2013-09-12 Thread Tim Rühsen
Am Donnerstag, 12. September 2013, 12:59:00 schrieb Björn Mattsson:
 Run into a bug in wget last week.
 Done some digging but can't solve it by my self.
 
 If i tries to wget a file containing capital ÅÄÖ they gets coverted
 wrongly, and åäö works fine.
 
 I uses wget -m to backup one of my webb-sites to another machine. Have
 worked like a cahrm for the last 4-5 years but a couple of week ago one
 of teh files came down wrong. Thought it was a college that had uploaded
 something wrong but after some digging it's wget that converts wrongly.
 
 I have UTF-8 as charset on my machine.
 
 If you want to test/see the problem
 
 wget -m http://bmit.se/wget

Just use 
wget --restrict-file-names=nocontrol -m http://bmit.se/wget

Tim


signature.asc
Description: This is a digitally signed message part.


Re: [Bug-wget] Problem with ÅÄÖ and wget

2013-09-12 Thread Björn Mattsson

On 2013-09-12 17:37, Tim Ruehsen wrote:

On Thursday 12 September 2013 12:59:00 Björn Mattsson wrote:

Run into a bug in wget last week.
Done some digging but can't solve it by my self.

If i tries to wget a file containing capital ÅÄÖ they gets coverted
wrongly, and åäö works fine.

I uses wget -m to backup one of my webb-sites to another machine. Have
worked like a cahrm for the last 4-5 years but a couple of week ago one
of teh files came down wrong. Thought it was a college that had uploaded
something wrong but after some digging it's wget that converts wrongly.

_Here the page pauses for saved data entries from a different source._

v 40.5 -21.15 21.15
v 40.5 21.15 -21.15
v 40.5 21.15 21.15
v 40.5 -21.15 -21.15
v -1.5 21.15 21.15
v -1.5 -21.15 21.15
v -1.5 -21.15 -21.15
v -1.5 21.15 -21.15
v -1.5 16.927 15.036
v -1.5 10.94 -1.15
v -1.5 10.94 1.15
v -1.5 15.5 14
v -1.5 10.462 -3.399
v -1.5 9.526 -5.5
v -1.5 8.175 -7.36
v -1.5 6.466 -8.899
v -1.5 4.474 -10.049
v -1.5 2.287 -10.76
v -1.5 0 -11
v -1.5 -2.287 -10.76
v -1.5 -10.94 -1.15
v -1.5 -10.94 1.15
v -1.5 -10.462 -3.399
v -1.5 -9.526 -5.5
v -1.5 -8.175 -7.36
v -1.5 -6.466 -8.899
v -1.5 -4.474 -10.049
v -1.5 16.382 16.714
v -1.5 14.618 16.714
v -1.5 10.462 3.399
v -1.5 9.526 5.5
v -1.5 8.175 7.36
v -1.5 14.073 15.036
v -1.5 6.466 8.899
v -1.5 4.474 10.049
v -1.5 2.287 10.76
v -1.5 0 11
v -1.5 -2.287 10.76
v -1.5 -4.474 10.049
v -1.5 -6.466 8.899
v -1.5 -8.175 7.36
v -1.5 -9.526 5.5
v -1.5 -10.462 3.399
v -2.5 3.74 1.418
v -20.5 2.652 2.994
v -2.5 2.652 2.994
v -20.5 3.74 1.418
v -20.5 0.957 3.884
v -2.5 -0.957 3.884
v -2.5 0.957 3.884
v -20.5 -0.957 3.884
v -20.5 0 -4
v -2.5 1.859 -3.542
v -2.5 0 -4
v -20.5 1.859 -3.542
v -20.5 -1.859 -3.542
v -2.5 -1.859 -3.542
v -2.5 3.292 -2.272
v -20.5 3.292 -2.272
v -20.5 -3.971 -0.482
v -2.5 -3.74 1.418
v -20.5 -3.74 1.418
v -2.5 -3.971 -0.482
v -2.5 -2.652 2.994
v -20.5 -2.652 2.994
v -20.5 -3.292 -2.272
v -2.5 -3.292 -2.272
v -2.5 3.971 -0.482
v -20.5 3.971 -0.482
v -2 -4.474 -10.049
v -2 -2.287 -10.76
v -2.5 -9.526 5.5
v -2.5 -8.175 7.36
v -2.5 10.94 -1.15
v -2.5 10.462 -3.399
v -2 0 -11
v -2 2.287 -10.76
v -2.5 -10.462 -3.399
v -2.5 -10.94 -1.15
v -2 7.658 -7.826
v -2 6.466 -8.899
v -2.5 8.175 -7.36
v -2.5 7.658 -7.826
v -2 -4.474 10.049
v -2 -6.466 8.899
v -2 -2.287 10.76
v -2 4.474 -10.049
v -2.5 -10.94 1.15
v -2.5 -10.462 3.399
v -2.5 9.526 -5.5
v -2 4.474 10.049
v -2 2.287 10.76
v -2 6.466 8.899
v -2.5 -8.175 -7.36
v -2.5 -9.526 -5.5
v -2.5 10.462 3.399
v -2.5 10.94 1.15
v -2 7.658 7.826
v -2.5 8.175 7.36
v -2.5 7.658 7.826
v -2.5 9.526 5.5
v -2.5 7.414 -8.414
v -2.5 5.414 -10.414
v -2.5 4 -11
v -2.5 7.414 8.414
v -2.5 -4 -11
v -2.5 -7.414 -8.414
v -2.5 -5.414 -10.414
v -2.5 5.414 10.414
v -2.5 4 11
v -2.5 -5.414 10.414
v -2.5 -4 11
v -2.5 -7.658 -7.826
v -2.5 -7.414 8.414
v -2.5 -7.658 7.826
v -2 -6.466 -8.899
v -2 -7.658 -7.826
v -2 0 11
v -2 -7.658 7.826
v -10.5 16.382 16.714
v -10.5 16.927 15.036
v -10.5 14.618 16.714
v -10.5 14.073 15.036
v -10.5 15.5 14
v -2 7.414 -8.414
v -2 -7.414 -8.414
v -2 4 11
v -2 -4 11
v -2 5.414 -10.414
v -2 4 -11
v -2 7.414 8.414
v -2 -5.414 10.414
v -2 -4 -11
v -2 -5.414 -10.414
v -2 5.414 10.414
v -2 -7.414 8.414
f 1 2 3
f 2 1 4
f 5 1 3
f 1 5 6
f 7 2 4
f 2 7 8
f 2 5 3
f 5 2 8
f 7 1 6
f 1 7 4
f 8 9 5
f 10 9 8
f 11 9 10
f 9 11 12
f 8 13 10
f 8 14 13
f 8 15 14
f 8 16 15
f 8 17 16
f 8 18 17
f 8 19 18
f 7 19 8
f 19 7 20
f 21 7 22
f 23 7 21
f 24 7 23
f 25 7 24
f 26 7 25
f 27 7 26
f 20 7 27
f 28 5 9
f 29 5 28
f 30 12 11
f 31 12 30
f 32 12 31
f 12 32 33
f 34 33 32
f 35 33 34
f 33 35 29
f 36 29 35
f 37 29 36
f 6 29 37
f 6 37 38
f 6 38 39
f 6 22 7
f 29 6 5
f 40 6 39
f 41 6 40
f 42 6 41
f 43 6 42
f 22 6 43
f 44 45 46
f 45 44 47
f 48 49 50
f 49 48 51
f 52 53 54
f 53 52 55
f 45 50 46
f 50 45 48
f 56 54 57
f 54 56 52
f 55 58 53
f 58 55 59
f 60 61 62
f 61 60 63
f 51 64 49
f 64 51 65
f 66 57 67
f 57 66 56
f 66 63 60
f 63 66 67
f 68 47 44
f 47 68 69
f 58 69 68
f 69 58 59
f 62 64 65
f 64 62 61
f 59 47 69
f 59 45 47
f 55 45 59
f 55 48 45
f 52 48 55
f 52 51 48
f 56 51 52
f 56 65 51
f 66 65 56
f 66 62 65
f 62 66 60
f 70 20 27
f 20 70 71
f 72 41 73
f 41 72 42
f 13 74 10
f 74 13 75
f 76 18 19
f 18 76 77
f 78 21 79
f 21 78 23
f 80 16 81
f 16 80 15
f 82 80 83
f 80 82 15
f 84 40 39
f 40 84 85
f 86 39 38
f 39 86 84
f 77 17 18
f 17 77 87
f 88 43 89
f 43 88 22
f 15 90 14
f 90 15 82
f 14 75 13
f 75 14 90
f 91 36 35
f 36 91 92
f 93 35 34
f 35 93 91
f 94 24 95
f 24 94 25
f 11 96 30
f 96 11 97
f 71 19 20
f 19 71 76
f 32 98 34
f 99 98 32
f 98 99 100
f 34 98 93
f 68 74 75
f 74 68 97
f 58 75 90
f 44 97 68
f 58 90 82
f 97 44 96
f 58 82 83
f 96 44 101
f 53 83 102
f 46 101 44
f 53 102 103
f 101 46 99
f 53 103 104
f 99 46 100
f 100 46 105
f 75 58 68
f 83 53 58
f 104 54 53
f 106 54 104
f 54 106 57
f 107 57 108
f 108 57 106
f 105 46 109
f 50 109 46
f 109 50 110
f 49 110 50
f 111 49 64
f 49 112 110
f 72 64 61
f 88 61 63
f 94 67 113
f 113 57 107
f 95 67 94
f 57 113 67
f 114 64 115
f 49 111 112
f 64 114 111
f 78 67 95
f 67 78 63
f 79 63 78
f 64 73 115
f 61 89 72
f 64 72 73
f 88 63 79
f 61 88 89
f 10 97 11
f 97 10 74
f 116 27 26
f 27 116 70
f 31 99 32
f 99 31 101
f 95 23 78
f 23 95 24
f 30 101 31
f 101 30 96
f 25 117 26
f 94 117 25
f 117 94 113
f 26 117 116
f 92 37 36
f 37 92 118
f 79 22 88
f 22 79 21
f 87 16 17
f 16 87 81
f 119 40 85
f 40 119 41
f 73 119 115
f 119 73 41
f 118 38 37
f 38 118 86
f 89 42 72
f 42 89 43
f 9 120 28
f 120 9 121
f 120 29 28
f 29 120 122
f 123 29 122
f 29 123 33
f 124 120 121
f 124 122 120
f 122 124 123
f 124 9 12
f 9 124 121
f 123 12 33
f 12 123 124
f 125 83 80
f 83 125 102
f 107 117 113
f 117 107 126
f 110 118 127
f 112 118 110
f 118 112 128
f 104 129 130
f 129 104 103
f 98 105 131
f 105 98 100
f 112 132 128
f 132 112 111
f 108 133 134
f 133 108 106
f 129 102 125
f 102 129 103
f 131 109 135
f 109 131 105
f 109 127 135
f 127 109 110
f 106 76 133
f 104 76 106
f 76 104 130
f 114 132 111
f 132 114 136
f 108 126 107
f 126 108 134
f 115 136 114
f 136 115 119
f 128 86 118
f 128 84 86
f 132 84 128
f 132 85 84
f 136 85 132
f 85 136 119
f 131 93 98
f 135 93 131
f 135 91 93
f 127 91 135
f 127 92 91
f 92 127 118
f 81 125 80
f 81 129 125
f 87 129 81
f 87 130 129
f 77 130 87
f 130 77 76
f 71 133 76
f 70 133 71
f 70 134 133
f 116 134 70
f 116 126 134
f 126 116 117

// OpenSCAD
// Parameters
face_width_mm = 42.3; //[21.15:84.6:0.1]
body_length_mm = 40; //[20:80:0.5]
body_depth_mm = 42.3; //[21.15:84.6:0.1]
body_height_mm = 42.3; //[21.15:84.6:0.1]
front_face_thickness_mm = 3; //[1.5:6:0.1]
shaft_diameter_mm = 8; //[4:16:0.1]
shaft_length_mm = 20; //[10:40:0.5]
mounting_hole_spacing_mm = 31; //[15.5:62:0.1]
mounting_hole_diameter_mm = 3.5; //[2:6:0.1]
mounting_hole_depth_mm = 6; //[3:15:0.5]
corner_radius_mm = 2; //[0:6:0.1]
boss_diameter_mm = 22; //[11:44:0.1]
boss_height_mm = 2; //[0:6:0.1]
overlap_mm = 1; //[0.5:2:0.1]
hole_clearance_extra_mm = 0.2; //[0:0.6:0.05]
d_plug_length_mm = 18; //[9:36:0.5]
d_plug_width_mm = 12; //[6:24:0.5]
d_plug_rad_mm = 2; //[0.5:6:0.1]
grill_hole_diameter_mm = 3; //[1:8:0.1]
grill_gap_mm = 2; //[0.5:6:0.1]
pattern_stub_size_mm = 0.5; //[0.2:2:0.1]
screw_shank_diameter_mm = 3; //[2:6:0.1]
screw_length_mm = 10; //[5:30:0.5]
washer_outer_diameter_mm = 7; //[4:16:0.1]
washer_thickness_mm = 1; //[0.5:3:0.1]

// NEMA-style stepper motor
module NEMA_motor() {
  color("Black") {
    // Motor body
    translate([front_face_thickness_mm/2 + body_length_mm/2 - overlap_mm, 0, 0])
      cube([body_length_mm, body_depth_mm, body_height_mm], center=true);
    // Front face plate
    translate([0, 0, 0])
      cube([front_face_thickness_mm, face_width_mm, face_width_mm], center=true);
    // Shaft
    color("Silver")
    translate([-front_face_thickness_mm/2 - shaft_length_mm/2 + overlap_mm, 0, 0])
      rotate([0, 90, 0])
      cylinder(r=shaft_diameter_mm/2, h=shaft_length_mm, center=true);
    // Optional boss
    translate([-front_face_thickness_mm/2 - boss_height_mm/2 + overlap_mm, 0, 0])
      rotate([0, 90, 0])
      cylinder(r=boss_diameter_mm/2, h=boss_height_mm, center=true);
  }
}

// D Plug D
module d_plug_D() {
  color("DimGray") {
    translate([-front_face_thickness_mm/2 + pattern_stub_size_mm/2 - overlap_mm, 0, 0])
      rotate([0, 90, 0])
      linear_extrude(height=pattern_stub_size_mm, center=true)
      offset(r=d_plug_rad_mm)
      polygon(points=[
        [-d_plug_length_mm/2 + d_plug_rad_mm, -d_plug_width_mm/2],
        [d_plug_length_mm/2 - d_plug_rad_mm, -d_plug_width_mm/2],
        [d_plug_length_mm/2, -d_plug_width_mm/2 + d_plug_rad_mm],
        [d_plug_length_mm/2, d_plug_width_mm/2 - d_plug_rad_mm],
        [d_plug_length_mm/2 - d_plug_rad_mm, d_plug_width_mm/2],
        [-d_plug_length_mm/2 + d_plug_rad_mm, d_plug_width_mm/2],
        [-d_plug_length_mm/2, d_plug_width_mm/2 - d_plug_rad_mm],
        [-d_plug_length_mm/2, -d_plug_width_mm/2 + d_plug_rad_mm]
      ]);
  }
}

// Grill Hole Positions
module grill_hole_positions() {
  color("Silver") {
    translate([front_face_thickness_mm/2 + pattern_stub_size_mm/2 - overlap_mm, 0, 0])
      sphere(r=pattern_stub_size_mm);
  }
}

// Screw and Washer
module screw_and_washer() {
  color("Silver") {
    // Screw shank
    translate([-front_face_thickness_mm/2 - screw_length_mm/2 + overlap_mm, mounting_hole_spacing_mm/2, mounting_hole_spacing_mm/2])
      rotate([0, 90, 0])
      cylinder(r=screw_shank_diameter_mm/2, h=screw_length_mm, center=true);
    // Washer
    translate([-front_face_thickness_mm/2 - washer_thickness_mm/2 + overlap_mm, mounting_hole_spacing_mm/2, mounting_hole_spacing_mm/2])
      rotate([0, 90, 0])
      cylinder(r=washer_outer_diameter_mm/2, h=washer_thickness_mm, center=true);
  }
}

// Ttrack Hole Positions
module ttrack_hole_positions() {
  color("Silver") {
    translate([front_face_thickness_mm/2 + pattern_stub_size_mm/2 - overlap_mm, pattern_stub_size_mm, 0])
      sphere(r=pattern_stub_size_mm);
  }
}

// Rail Hole Positions
module rail_hole_positions() {
  color("Silver") {
    translate([front_face_thickness_mm/2 + pattern_stub_size_mm/2 - overlap_mm, -pattern_stub_size_mm, 0])
      sphere(r=pattern_stub_size_mm);
  }
}

// Assembly
module assembly() {
  NEMA_motor();
  d_plug_D();
  grill_hole_positions();
  screw_and_washer();
  ttrack_hole_positions();
  rail_hole_positions();
}

assembly();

I have UTF-8 as charset on my machine.

If you want to test/see the problem

wget -m http://bmit.se/wget

A request to http://bmit.se/wget/ returns text/html document without
specifying the charset (AFAIR, default is iso-8859-1).
Either your Server has to tag the response as utf-8 (Content-Type: text/html;
charset=utf-8) or you have to specify utf-8 in your document header.

Ok.
But why is åäö working but not ÅÄÖ  (same letters but capital)


Or you specify --remote-encoding=utf-8 when calling wget.

Didn't work


Could you give it a try, maybe with -d to see what is going on.

Done and attached the log-file.


Tim


// Björn
Script started on Thu 12 Sep 2013 09:16:23 PM CEST
]0;bmt@ronneby]0;bmt@ronneby: /tmpbmt@ronneby:/tmp$ wget -m -d 
http://bmit.se/wget/
DEBUG output created by Wget 1.12 on linux-gnu.

Enqueuing http://bmit.se/wget/ at depth 0
Queue count 1, maxcount 1.
[IRI Enqueuing http://bmit.se/wget/; with None
Dequeuing http://bmit.se/wget/ at depth 0
Queue count 0, maxcount 1.
--2013-09-12 21:16:39--  http://bmit.se/wget/
Resolving bmit.se... 31.209.29.190
Caching bmit.se = 31.209.29.190
Connecting to bmit.se|31.209.29.190|:80... connected.
Created socket 3.
Releasing 0x09089948 (new refcount 1).

---request begin---
GET /wget/ HTTP/1.0

User-Agent: Wget/1.12 (linux-gnu)

Accept: */*

Host: bmit.se

Connection: Keep-Alive



---request end---
HTTP request sent, awaiting response... 
---response begin---
HTTP/1.1 200 OK

Date: Thu, 12 Sep 2013 19:16:39 GMT

Server: Apache/2.2.22 (Debian)

Last-Modified: Wed, 11 Sep 2013 15:24:38 GMT

ETag: ac004-78-4e61d3830b980

Accept-Ranges: bytes

Content-Length: 120

Vary: Accept-Encoding

Keep-Alive: timeout=5, max=100

Connection: Keep-Alive

Content-Type: text/html



---response end---
200 OK
Registered socket 3 for persistent reuse.
Length: 120 [text/html]
Saving to: bmit.se/wget/index.html


 0% [   
   ] 0   --.-K/s
  
100%[=]
 120 --.-K/s   in 0s  

2013-09-12 21:16:40 (2.64 MB/s) - bmit.se/wget/index.html saved [120/120]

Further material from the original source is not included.